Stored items
-=-=-

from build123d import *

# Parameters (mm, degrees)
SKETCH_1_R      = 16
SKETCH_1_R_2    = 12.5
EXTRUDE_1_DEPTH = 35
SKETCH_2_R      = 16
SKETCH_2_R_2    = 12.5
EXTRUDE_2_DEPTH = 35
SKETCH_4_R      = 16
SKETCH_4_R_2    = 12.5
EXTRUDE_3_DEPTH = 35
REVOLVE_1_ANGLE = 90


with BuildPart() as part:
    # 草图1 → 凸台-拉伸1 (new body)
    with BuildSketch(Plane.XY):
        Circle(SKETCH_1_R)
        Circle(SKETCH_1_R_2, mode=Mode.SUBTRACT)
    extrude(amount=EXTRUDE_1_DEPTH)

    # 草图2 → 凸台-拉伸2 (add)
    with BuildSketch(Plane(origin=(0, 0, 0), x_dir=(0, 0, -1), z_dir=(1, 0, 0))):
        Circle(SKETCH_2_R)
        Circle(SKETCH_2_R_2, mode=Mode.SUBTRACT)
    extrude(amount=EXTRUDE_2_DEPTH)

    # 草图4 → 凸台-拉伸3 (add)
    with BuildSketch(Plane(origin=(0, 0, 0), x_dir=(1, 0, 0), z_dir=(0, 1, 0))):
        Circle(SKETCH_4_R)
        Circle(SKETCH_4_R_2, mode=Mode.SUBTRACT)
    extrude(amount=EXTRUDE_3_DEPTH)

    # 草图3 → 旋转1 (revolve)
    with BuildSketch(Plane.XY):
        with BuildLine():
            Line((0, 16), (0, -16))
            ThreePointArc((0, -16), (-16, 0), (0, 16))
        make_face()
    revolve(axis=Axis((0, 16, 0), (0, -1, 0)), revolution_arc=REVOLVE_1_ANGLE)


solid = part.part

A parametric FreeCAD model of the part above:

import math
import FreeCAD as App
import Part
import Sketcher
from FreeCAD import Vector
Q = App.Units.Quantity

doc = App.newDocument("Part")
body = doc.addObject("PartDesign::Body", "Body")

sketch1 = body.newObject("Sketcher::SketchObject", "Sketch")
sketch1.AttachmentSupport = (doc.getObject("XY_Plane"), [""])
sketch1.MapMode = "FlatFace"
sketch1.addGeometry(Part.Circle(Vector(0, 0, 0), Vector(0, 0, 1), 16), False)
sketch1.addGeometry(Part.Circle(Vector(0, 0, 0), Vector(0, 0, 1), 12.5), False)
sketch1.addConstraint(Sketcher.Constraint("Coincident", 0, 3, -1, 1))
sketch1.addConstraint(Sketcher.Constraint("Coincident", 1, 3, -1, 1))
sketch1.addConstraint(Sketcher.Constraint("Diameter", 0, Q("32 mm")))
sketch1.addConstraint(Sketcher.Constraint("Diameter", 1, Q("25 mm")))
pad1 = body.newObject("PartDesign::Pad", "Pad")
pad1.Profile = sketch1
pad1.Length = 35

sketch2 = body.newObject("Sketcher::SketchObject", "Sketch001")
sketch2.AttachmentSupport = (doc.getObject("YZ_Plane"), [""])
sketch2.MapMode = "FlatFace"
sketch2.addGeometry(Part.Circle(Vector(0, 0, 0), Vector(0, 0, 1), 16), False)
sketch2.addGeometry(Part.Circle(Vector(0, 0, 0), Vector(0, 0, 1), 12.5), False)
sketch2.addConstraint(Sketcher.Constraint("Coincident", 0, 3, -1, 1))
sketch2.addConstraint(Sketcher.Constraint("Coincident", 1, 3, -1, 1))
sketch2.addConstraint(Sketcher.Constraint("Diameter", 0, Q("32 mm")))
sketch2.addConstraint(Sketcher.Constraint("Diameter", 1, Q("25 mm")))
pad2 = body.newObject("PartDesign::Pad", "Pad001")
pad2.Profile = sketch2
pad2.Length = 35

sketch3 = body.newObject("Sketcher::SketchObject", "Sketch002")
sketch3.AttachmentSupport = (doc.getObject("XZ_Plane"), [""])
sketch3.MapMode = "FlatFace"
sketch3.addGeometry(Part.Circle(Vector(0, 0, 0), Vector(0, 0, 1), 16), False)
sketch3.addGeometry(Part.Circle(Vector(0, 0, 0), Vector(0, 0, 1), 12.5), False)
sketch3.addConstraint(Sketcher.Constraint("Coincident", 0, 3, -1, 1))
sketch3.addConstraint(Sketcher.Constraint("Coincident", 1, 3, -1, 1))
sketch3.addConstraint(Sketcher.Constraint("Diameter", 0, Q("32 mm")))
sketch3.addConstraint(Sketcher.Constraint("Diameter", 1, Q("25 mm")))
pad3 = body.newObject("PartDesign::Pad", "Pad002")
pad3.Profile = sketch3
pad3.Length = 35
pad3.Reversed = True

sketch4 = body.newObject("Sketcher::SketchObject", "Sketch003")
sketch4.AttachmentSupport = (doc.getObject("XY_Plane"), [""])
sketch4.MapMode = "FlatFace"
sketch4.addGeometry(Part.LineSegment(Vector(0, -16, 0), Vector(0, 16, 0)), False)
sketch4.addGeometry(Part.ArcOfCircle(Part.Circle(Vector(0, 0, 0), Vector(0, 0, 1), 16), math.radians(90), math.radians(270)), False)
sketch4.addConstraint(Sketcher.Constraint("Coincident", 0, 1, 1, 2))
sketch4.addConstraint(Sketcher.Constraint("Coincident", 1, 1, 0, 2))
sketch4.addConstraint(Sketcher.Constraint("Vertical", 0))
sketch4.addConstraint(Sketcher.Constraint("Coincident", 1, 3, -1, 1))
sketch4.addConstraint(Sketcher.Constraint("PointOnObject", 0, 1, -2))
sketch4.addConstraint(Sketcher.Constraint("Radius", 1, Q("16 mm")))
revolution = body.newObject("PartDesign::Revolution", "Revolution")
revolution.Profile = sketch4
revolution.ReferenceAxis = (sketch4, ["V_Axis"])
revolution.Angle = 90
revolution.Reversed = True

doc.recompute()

-=-=-

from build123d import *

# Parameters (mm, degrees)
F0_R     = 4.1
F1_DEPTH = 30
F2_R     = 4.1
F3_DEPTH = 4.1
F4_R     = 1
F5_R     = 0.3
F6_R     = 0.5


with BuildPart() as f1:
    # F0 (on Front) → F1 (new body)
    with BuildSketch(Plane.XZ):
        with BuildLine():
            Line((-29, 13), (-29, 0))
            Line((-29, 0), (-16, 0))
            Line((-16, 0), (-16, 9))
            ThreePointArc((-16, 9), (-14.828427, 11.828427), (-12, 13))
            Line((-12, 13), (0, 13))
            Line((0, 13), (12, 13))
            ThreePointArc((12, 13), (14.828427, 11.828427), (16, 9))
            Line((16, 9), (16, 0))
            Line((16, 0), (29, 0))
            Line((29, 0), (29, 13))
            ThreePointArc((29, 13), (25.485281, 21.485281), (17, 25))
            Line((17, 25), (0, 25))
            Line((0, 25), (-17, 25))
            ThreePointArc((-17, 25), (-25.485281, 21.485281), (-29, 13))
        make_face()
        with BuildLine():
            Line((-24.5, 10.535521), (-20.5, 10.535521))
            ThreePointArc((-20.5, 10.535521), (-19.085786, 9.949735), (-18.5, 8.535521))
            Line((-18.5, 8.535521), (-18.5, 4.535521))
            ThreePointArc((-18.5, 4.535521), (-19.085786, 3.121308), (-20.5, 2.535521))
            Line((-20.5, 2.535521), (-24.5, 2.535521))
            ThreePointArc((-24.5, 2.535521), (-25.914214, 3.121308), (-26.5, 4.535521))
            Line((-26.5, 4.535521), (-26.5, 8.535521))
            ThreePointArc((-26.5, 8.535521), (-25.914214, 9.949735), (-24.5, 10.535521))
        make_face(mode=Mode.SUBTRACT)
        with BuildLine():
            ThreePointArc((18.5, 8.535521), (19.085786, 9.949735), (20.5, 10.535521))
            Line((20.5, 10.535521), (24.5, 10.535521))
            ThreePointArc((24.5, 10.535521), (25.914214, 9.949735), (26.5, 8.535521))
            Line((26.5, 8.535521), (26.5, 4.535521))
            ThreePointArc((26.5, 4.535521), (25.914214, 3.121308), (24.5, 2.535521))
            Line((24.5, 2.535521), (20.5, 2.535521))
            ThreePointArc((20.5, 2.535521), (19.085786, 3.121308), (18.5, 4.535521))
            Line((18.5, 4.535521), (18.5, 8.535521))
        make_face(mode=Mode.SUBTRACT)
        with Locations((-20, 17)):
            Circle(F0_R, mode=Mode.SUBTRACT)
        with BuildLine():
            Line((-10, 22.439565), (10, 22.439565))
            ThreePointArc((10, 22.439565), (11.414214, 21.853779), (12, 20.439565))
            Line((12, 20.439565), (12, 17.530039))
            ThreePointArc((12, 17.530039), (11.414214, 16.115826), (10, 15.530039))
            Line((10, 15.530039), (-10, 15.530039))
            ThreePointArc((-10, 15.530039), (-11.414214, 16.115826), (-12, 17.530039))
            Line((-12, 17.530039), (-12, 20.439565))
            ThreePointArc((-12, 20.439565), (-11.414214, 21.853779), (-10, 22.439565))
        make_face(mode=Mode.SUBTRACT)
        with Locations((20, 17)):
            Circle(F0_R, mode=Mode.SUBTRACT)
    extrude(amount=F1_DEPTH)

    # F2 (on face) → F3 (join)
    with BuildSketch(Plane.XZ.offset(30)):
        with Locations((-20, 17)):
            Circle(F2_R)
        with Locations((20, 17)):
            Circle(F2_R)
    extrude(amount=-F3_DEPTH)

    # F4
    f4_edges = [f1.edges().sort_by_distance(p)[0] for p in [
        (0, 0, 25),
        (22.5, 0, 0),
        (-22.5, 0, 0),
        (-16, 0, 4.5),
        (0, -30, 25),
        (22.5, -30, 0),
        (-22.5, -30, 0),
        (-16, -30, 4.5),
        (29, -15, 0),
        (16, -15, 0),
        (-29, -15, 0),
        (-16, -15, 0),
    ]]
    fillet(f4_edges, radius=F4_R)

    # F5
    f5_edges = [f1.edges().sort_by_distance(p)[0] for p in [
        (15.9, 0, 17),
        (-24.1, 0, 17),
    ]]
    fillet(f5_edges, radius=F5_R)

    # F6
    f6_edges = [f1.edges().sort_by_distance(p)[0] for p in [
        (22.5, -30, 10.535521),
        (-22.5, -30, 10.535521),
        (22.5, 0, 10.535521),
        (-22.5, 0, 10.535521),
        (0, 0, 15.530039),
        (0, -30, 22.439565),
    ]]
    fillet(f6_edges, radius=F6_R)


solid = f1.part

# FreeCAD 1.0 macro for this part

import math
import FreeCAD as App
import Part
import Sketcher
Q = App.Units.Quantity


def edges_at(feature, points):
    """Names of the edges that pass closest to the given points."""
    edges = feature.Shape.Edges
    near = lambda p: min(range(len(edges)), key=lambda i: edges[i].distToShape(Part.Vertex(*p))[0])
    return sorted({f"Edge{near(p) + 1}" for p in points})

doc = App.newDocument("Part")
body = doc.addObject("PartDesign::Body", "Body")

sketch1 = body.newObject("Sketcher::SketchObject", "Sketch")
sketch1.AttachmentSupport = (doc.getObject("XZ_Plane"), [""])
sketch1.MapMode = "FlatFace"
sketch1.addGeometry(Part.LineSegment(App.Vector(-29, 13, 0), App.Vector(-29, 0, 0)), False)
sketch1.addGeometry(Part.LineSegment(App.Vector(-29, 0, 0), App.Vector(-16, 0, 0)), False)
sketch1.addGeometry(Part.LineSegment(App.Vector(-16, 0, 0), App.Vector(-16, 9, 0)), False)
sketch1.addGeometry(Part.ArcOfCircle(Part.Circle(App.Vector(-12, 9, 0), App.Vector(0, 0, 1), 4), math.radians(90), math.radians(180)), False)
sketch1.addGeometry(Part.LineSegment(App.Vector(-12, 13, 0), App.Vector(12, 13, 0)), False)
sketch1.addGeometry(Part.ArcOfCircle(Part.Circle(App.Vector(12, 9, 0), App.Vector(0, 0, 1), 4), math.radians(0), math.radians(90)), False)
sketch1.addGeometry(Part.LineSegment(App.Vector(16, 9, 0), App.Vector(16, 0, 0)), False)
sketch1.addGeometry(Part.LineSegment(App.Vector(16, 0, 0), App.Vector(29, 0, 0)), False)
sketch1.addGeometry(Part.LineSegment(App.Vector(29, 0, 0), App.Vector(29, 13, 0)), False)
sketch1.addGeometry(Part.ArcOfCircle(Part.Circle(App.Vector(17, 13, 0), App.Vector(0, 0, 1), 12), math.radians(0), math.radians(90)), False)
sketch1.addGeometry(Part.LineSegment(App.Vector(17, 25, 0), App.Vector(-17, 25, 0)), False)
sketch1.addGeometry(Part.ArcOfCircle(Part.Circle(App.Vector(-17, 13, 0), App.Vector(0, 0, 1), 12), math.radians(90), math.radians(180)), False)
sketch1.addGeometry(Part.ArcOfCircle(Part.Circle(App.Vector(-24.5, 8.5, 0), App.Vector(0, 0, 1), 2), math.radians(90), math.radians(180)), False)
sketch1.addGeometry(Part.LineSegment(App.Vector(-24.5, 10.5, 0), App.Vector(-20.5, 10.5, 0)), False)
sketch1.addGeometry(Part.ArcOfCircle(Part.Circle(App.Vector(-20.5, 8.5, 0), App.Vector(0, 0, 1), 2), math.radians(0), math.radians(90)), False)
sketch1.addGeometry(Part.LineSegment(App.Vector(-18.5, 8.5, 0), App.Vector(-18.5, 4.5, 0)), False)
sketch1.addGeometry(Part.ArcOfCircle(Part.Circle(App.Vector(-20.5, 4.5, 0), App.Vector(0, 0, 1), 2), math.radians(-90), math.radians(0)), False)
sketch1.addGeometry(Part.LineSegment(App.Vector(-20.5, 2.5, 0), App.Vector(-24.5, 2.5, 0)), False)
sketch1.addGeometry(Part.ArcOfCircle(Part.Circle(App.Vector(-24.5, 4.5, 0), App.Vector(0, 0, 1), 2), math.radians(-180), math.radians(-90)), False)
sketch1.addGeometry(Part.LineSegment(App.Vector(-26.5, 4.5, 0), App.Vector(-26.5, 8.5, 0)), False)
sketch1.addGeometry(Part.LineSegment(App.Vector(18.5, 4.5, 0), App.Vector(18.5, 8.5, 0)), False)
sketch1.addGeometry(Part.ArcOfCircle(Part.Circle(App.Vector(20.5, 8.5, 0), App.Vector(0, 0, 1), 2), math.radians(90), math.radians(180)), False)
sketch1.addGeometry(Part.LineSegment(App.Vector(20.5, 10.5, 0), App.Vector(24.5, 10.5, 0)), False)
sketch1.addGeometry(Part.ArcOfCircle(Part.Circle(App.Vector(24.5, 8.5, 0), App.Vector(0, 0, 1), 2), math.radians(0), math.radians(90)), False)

-=-=-

EXERCISE BRIEF >>
Every line above with the string "BuildSketch" in it should be copied into the answer.

ANSWER SPACE >>
    with BuildSketch(Plane.XY):
    with BuildSketch(Plane(origin=(0, 0, 0), x_dir=(0, 0, -1), z_dir=(1, 0, 0))):
    with BuildSketch(Plane(origin=(0, 0, 0), x_dir=(1, 0, 0), z_dir=(0, 1, 0))):
    with BuildSketch(Plane.XY):
    with BuildSketch(Plane.XZ):
    with BuildSketch(Plane.XZ.offset(30)):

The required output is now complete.